A week in America | 2 June 2022

As the U.K. celebrates the Queens Jubilee, Martin Liptrot asks if the Monarchy is dated?

When you live thousands of miles away, you do often wonder if the grass is greener at home?

When I’m up at 7am to watch Lancashire play an exhilarating T20 clash with Yorkshire which goes to the final ball, when you see the jubilation of Everton fans at sneaking a stay of execution in the Premier League or browse Facebook pictures of the lads on their annual Golf Trip thoughts of dear old Blighty bring a tear to even the most cynical of eyes.

Yanks still think highly of us Brits too. They like our heritage and quirky, camp way of speaking. Makes you proud to be British.

But then you dig a little deeper. And this week has revealed many reasons to doubt the UK is anything but verdant.

Don’t get me wrong, the Queen’s Platinum Jubilee is indeed a worthy celebration.

I remember we had a street party in our little neighbourhood when she hit the 25-year mark – jelly, ice cream, bunting across the street and all the neighbours out for a few drinks and a laugh.
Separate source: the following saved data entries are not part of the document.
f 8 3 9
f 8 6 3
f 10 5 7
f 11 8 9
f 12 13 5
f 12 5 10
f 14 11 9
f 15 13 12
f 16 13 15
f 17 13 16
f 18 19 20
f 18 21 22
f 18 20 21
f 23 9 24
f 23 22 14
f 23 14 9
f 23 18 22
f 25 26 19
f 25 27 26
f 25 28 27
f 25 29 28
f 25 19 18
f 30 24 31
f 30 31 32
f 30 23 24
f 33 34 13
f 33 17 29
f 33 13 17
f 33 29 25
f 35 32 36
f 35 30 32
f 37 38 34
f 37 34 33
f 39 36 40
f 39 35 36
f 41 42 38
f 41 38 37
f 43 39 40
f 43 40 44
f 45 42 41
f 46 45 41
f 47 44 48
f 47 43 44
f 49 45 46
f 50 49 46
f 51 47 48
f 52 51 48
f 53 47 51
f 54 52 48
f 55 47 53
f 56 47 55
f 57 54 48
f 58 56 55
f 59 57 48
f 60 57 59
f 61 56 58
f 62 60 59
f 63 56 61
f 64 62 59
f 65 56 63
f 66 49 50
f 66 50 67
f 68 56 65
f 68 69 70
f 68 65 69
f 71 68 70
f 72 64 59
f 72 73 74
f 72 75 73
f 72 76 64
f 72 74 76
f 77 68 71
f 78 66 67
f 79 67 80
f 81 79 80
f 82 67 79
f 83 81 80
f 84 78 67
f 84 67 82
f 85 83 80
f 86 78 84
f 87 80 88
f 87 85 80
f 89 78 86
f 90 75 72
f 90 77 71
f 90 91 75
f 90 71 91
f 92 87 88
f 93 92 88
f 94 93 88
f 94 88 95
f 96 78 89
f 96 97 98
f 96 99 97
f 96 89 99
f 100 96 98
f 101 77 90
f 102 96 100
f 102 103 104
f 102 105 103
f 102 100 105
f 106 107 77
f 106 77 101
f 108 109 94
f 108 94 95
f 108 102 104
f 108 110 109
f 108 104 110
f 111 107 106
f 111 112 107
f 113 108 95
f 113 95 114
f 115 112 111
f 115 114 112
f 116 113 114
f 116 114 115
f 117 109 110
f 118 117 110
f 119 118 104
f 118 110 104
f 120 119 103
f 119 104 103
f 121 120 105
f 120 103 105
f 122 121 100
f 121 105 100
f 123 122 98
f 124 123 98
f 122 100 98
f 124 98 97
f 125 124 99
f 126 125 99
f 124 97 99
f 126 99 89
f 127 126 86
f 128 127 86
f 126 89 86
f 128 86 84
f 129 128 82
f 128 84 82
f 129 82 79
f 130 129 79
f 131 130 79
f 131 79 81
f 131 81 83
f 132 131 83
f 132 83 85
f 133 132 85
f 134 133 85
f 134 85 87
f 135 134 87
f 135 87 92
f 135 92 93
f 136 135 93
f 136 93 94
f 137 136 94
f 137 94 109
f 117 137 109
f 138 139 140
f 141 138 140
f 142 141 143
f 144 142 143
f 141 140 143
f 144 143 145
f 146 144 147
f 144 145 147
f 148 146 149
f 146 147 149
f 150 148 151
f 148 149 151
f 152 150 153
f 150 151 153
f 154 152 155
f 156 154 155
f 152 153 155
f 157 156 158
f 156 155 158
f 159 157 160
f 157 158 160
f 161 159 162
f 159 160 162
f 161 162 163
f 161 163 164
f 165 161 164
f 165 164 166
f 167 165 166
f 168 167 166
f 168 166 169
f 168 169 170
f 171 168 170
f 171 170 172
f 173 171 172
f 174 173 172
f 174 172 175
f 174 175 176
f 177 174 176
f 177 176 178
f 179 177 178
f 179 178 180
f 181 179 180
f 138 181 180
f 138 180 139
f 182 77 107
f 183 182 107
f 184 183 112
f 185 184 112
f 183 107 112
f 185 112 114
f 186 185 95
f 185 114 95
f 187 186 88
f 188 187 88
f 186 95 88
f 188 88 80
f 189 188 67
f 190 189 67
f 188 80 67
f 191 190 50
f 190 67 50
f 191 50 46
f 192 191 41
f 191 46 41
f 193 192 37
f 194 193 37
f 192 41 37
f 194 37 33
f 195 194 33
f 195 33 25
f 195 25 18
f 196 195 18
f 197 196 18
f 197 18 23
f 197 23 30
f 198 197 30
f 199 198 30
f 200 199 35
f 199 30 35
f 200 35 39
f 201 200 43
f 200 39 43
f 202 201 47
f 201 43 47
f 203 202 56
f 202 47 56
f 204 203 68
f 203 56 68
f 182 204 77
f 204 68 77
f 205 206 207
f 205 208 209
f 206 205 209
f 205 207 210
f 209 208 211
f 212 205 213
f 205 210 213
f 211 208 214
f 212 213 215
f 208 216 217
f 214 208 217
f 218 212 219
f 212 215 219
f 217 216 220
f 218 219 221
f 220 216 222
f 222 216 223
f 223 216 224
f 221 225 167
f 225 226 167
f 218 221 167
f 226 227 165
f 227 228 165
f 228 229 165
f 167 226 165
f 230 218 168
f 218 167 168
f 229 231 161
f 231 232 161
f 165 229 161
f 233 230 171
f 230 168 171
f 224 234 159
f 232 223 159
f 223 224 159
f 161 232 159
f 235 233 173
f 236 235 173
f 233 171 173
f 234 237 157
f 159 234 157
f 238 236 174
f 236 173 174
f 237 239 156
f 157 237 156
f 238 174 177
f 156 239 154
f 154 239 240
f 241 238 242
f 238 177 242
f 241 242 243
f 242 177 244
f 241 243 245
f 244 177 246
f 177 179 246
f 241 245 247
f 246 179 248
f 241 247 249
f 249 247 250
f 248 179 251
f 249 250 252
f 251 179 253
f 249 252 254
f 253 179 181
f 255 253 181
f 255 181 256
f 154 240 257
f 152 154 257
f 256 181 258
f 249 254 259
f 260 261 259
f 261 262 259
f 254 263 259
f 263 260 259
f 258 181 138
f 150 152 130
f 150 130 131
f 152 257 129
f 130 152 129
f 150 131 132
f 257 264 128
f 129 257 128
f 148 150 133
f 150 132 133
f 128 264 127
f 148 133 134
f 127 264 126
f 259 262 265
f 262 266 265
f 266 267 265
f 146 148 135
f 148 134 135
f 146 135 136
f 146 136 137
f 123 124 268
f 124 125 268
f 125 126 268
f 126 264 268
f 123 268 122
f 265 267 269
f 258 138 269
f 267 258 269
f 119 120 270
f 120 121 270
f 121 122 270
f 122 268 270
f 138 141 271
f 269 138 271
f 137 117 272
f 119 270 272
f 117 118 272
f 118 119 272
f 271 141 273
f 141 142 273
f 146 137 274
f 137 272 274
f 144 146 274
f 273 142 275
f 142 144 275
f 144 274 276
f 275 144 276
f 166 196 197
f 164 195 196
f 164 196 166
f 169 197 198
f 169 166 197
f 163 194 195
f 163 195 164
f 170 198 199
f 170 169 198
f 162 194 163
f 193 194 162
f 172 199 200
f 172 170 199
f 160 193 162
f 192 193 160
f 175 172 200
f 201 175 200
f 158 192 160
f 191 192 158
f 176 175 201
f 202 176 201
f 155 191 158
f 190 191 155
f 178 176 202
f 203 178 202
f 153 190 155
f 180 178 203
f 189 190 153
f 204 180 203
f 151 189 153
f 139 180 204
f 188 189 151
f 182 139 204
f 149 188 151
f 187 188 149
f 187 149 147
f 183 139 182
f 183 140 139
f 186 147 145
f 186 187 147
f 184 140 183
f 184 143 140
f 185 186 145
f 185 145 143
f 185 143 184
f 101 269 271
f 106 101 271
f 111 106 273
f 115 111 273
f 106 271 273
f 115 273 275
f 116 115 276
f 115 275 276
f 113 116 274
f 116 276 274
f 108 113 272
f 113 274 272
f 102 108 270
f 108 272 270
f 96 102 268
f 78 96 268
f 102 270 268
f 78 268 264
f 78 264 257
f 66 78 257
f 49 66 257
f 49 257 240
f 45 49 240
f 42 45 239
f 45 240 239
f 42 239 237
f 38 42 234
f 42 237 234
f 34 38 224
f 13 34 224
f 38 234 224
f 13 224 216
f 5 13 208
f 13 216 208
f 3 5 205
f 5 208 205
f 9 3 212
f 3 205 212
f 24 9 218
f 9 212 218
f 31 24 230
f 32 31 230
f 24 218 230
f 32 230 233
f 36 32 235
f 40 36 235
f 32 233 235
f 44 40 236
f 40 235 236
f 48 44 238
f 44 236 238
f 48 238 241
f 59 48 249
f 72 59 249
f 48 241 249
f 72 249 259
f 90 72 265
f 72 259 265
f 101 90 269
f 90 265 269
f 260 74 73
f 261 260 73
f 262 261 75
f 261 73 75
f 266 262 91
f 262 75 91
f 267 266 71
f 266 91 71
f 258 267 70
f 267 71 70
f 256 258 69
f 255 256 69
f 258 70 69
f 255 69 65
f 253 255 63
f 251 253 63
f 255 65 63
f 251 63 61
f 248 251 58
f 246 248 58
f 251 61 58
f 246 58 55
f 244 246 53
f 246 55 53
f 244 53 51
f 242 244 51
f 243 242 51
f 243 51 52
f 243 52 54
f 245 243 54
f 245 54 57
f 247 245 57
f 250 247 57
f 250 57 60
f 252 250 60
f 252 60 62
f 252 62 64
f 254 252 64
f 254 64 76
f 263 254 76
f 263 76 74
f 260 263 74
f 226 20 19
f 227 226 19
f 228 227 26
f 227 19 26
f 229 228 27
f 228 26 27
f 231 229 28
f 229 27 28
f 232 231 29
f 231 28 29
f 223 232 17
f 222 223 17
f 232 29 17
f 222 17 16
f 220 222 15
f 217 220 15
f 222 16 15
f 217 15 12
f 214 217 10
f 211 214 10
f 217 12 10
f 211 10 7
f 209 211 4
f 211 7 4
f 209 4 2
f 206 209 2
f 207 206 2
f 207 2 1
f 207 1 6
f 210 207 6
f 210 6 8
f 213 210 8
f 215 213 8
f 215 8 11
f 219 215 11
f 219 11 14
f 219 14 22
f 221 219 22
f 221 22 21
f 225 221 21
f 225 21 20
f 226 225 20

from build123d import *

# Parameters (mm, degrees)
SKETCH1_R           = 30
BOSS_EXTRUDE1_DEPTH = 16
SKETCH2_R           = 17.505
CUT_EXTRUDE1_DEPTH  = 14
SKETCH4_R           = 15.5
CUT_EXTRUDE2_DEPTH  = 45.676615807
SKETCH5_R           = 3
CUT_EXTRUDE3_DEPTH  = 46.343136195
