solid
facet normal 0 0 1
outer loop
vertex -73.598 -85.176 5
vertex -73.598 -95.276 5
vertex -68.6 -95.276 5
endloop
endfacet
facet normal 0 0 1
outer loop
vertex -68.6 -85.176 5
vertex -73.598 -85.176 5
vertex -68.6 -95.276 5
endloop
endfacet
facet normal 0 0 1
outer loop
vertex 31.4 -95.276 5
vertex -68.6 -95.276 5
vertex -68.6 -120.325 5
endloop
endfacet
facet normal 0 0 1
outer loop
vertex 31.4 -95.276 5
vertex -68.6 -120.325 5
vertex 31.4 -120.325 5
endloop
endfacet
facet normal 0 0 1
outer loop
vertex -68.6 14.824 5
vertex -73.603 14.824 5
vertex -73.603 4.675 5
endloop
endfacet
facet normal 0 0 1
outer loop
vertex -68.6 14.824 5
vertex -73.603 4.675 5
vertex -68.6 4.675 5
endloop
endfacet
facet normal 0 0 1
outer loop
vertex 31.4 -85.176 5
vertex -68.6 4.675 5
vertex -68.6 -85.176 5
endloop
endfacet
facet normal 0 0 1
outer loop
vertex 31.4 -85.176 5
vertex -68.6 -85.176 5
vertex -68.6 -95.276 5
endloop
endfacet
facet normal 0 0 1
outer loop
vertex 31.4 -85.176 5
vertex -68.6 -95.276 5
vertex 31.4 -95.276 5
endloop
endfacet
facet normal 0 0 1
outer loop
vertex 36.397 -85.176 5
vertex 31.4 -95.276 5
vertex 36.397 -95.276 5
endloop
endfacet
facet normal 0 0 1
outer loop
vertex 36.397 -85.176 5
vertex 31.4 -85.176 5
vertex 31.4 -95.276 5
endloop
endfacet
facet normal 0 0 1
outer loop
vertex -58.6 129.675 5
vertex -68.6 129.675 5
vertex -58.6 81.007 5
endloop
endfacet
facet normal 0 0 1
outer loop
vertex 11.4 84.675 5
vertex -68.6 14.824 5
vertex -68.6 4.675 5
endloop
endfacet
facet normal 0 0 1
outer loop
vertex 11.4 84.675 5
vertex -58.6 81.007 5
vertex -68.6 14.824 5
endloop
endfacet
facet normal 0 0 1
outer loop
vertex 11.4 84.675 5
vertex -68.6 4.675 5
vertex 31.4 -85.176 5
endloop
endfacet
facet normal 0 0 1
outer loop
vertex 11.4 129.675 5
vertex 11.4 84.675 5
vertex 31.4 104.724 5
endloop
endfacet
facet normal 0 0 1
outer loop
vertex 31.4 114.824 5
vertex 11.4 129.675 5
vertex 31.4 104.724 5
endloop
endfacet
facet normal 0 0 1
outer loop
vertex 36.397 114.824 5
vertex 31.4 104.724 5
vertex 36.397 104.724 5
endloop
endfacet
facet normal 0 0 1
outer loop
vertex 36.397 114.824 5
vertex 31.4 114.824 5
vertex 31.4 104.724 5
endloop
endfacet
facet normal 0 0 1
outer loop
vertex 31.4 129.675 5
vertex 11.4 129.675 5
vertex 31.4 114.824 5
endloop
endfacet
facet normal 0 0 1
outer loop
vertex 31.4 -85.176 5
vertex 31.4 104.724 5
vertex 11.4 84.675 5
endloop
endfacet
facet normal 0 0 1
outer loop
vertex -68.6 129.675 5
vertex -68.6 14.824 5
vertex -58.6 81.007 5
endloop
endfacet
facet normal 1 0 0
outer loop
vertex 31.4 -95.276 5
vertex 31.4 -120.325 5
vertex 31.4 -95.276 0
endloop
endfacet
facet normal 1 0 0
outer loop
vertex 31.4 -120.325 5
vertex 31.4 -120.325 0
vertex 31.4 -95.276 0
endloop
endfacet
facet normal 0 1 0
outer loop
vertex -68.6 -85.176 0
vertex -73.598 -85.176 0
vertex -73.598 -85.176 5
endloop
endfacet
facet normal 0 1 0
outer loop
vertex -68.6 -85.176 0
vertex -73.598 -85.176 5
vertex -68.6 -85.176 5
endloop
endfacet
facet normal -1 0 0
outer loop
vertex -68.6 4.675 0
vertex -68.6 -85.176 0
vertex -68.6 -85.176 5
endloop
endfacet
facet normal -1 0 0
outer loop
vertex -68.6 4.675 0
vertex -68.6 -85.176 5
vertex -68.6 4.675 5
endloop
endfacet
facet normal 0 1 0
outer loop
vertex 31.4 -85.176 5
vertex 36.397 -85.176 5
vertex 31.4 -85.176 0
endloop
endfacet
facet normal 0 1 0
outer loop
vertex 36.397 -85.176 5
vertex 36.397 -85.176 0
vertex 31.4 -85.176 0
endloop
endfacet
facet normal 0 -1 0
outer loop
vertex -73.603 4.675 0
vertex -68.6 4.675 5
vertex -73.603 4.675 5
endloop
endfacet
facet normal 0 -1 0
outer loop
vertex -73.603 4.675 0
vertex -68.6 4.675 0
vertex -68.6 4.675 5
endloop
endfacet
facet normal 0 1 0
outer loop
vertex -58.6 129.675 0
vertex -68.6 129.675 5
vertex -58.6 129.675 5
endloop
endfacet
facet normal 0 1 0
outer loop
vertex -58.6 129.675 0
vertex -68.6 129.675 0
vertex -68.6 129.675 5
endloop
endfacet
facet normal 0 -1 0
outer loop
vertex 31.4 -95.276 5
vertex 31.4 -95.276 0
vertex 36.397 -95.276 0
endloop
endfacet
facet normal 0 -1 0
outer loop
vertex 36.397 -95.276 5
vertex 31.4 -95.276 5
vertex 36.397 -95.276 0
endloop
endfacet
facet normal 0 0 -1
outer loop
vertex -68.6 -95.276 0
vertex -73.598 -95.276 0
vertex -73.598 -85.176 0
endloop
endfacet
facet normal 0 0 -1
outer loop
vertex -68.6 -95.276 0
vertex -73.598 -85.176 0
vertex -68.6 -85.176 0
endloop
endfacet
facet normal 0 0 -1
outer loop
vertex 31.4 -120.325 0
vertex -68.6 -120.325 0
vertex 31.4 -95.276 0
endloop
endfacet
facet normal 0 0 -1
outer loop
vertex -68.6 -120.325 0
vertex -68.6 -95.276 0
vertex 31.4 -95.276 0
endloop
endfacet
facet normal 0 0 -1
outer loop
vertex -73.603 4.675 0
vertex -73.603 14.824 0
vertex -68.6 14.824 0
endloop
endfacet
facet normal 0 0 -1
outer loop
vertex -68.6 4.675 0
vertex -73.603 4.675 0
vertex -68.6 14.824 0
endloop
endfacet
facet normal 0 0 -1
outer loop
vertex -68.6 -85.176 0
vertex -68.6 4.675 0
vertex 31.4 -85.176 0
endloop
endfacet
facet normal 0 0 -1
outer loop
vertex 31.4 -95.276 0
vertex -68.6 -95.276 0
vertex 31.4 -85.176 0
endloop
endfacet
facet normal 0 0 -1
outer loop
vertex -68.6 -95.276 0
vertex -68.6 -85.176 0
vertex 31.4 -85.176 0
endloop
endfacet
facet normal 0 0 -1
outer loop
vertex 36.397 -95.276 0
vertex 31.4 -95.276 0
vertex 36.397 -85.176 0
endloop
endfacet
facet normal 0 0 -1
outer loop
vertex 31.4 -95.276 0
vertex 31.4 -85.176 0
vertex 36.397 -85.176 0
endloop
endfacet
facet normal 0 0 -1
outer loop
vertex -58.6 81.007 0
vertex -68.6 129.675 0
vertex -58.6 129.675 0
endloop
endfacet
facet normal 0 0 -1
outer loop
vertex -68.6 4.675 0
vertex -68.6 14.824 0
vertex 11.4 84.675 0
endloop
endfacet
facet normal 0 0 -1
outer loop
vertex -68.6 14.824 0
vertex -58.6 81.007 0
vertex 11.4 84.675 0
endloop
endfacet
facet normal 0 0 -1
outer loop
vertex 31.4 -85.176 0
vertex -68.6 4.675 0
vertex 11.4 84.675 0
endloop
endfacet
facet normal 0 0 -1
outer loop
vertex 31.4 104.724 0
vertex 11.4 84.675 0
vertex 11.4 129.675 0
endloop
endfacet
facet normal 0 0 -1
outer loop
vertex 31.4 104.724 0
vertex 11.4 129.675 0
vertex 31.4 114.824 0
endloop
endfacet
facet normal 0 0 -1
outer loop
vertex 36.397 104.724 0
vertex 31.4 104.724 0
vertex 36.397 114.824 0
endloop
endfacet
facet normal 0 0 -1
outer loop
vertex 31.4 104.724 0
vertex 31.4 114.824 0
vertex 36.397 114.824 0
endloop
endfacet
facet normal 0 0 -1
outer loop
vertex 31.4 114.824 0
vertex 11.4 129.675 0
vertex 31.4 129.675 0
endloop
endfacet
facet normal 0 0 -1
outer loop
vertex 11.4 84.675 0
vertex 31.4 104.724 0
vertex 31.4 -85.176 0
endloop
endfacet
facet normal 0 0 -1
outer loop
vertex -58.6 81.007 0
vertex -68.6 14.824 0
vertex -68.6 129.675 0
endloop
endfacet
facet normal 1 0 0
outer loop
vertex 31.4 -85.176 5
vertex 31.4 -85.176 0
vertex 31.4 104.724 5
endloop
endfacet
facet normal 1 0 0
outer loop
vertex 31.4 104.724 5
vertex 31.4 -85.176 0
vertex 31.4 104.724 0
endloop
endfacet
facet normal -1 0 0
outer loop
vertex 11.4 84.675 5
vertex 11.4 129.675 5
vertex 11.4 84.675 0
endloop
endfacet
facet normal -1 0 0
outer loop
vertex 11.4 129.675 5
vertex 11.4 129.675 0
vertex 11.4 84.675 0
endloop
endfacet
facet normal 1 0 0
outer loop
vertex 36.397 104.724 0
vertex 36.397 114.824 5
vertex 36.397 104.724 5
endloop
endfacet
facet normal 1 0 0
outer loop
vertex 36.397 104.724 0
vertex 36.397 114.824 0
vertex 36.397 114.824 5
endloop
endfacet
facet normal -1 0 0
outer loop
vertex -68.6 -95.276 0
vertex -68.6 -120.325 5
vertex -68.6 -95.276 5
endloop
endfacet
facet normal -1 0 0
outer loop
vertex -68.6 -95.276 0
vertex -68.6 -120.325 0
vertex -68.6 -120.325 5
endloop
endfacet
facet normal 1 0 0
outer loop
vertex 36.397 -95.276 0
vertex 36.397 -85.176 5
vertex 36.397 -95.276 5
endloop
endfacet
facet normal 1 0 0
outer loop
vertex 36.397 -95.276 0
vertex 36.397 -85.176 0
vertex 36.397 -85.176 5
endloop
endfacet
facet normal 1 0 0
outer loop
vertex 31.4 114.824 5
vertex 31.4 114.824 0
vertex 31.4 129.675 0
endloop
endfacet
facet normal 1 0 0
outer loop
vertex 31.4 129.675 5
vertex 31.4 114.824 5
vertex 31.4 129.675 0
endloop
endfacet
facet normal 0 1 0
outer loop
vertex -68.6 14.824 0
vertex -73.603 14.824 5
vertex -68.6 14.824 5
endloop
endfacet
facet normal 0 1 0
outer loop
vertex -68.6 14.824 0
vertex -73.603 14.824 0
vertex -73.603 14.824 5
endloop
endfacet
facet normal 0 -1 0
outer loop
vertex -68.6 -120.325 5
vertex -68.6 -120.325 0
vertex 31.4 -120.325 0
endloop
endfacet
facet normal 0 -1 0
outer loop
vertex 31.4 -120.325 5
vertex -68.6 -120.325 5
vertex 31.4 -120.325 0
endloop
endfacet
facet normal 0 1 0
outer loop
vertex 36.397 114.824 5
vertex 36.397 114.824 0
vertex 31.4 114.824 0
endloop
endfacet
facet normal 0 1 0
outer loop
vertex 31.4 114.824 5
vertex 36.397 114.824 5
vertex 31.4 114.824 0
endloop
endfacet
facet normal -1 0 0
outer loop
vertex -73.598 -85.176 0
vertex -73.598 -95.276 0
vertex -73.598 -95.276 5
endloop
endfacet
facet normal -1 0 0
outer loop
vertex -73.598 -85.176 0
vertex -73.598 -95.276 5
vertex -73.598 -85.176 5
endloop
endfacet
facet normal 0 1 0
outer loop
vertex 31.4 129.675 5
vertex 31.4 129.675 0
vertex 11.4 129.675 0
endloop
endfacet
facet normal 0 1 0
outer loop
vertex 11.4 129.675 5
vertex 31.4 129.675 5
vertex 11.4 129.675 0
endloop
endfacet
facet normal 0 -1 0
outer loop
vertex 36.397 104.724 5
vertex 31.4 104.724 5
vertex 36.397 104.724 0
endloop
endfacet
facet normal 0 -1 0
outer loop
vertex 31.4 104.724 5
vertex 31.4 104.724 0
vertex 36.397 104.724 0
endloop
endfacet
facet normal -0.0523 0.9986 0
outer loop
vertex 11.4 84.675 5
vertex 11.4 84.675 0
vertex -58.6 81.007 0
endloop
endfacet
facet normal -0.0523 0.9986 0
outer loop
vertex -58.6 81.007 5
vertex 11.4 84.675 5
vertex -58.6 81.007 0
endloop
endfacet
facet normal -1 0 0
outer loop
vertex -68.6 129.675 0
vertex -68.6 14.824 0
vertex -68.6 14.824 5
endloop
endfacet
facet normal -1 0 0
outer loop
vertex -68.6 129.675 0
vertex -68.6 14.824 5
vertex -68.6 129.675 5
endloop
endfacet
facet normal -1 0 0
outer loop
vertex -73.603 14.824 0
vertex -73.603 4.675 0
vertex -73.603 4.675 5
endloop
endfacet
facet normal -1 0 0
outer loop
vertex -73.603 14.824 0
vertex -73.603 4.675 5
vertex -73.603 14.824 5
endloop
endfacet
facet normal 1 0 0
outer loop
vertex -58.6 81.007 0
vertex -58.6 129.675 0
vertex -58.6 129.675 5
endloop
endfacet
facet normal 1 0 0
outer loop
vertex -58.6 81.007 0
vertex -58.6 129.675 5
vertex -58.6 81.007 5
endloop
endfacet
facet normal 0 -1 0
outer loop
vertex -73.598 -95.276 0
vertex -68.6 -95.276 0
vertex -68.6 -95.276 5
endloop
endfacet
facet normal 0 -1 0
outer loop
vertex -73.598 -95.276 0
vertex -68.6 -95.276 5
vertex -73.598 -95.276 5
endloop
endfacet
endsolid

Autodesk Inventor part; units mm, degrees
ref_plane "YZ Plane" through (0, 0, 0) normal (1, 0, 0) x (0, 1, 0)
ref_plane "XZ Plane" through (0, 0, 0) normal (0, 1, 0) x (-1, 0, 0)
ref_plane "XY Plane" through (0, 0, 0) normal (0, 0, 1) x (1, 0, 0)
sketch "Sketch1" plane through (0, 0, 0) normal (0, 0, 1) x (1, 0, 0)
  line L0 (-68.6002, -120.3249) -> (31.3998, -120.3249)
  line L1 (31.3998, -120.3249) -> (31.3998, 129.6751)
  line L2 (31.3998, 129.6751) -> (11.3998, 129.6751)
  line L3 (11.3998, 129.6751) -> (11.3998, 84.6751)
  line L4 (11.3998, 84.6751) -> (-58.6002, 81.0066)
  line L5 (-68.6002, -120.3249) -> (-68.6002, 77.725)
  line L6 (-68.6002, 77.725) -> (-68.6002, 129.6751)
  line L7 (-68.6002, 129.6751) -> (-58.6002, 129.6751)
  line L8 (-58.6002, 129.6751) -> (-58.6002, 81.0066)
  line L9 (31.3998, -120.3249) -> (41.3973, -120.3249) construction
  line L10 (31.3998, 4.6751) -> (-68.6002, 4.6751) construction
  line L11 (31.3998, 4.6751) -> (36.4024, 4.6751)
  line L12 (36.4024, 14.8241) -> (31.3973, 14.8241)
  line L13 (31.3973, 14.8241) -> (31.3998, 4.6751)
  line L14 (-68.6002, 129.6751) -> (-68.6002, 79.6751)
  line L15 (-68.6002, 79.6751) -> (31.3998, 79.6751) construction
  line L16 (36.3973, 114.8241) -> (31.3973, 114.8241)
  line L17 (31.3973, 104.7241) -> (36.3973, 104.7241)
  line L18 (36.3973, -85.1759) -> (31.3973, -85.1759)
  line L19 (31.3973, -95.2759) -> (36.3973, -95.2759)
  line L20 (36.4024, 14.8241) -> (31.4024, 14.8241)
  line L21 (31.4024, 4.7241) -> (36.4024, 4.7241)
  line L22 (-18.6002, -120.3249) -> (-18.6002, 129.7241) construction
  line L23 (-73.6027, 14.8241) -> (-68.5976, 14.8241)
  line L24 (-73.6027, 14.8241) -> (-68.6027, 14.8241)
  line L25 (-68.6002, 4.6751) -> (-73.6027, 4.6751)
  line L26 (-68.6027, 4.7241) -> (-73.6027, 4.7241)
  line L27 (-73.6027, 4.6751) -> (-73.6027, 14.8241)
  line L28 (-73.6027, 4.7241) -> (-73.6027, 14.8241)
  line L29 (-73.5976, -85.1759) -> (-68.5976, -85.1759)
  line L30 (-73.5976, -95.2759) -> (-73.5976, -85.1759)
  line L31 (-68.5976, -95.2759) -> (-73.5976, -95.2759)
  line L32 (-68.6002, -120.3249) -> (-78.6002, -120.3249)
  line L33 (-58.6002, 81.0066) -> (-68.6002, 81.0556) construction
  line L34 (36.4024, 14.8241) -> (36.4024, 4.7241)
  line L35 (36.3973, 114.8241) -> (36.3973, 104.7241)
  line L36 (36.3973, -85.1759) -> (36.3973, -95.2759)
  line L37 (11.2345, 78.6582) -> (0.2496, 78.0825)
  line L38 (0.2496, 78.0825) -> (-0.0644, 84.0743)
  line L39 (-0.0644, 84.0743) -> (10.9205, 84.65)
  line L40 (10.9205, 84.65) -> (11.2345, 78.6582)
  line L41 (-57.9849, 81.0388) -> (10.9205, 84.65)
  line L42 (-57.6709, 75.047) -> (-57.9849, 81.0388)
  line L43 (-46.686, 75.6227) -> (-57.6709, 75.047)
It is a justifiable recognition of Her Majesty’s many decades of service, stoic leadership, hands shook, gongs given, and thank-you telegrams and letters written, but it does seem a bit, I don’t know, dated.

I’m not a Royalist in the classic sense, but having lived through the various Reagan, Bush, Clinton, Obama, Trump and Biden Presidencies, I’m not sure an elected head of state gives you anything to really shout about.

This Monarch is perhaps the last of the ones you really respect.

In comparison, her sons and their progeny don’t seem much cop. Charles is a bit of a wet joke and we all liked Diana more than his latest flame, his eldest lad seems ‘nice but dim’ and the younger ginger one is a prize prat which, living over here, we are seeing more and more proof of.

So perhaps this is really a last hurrah and a farewell to the kind of Royals who live in Palaces, wear crowns embedded with stones stolen from far flung lands, and demand shuffling, bowing and curtseying from us common folk.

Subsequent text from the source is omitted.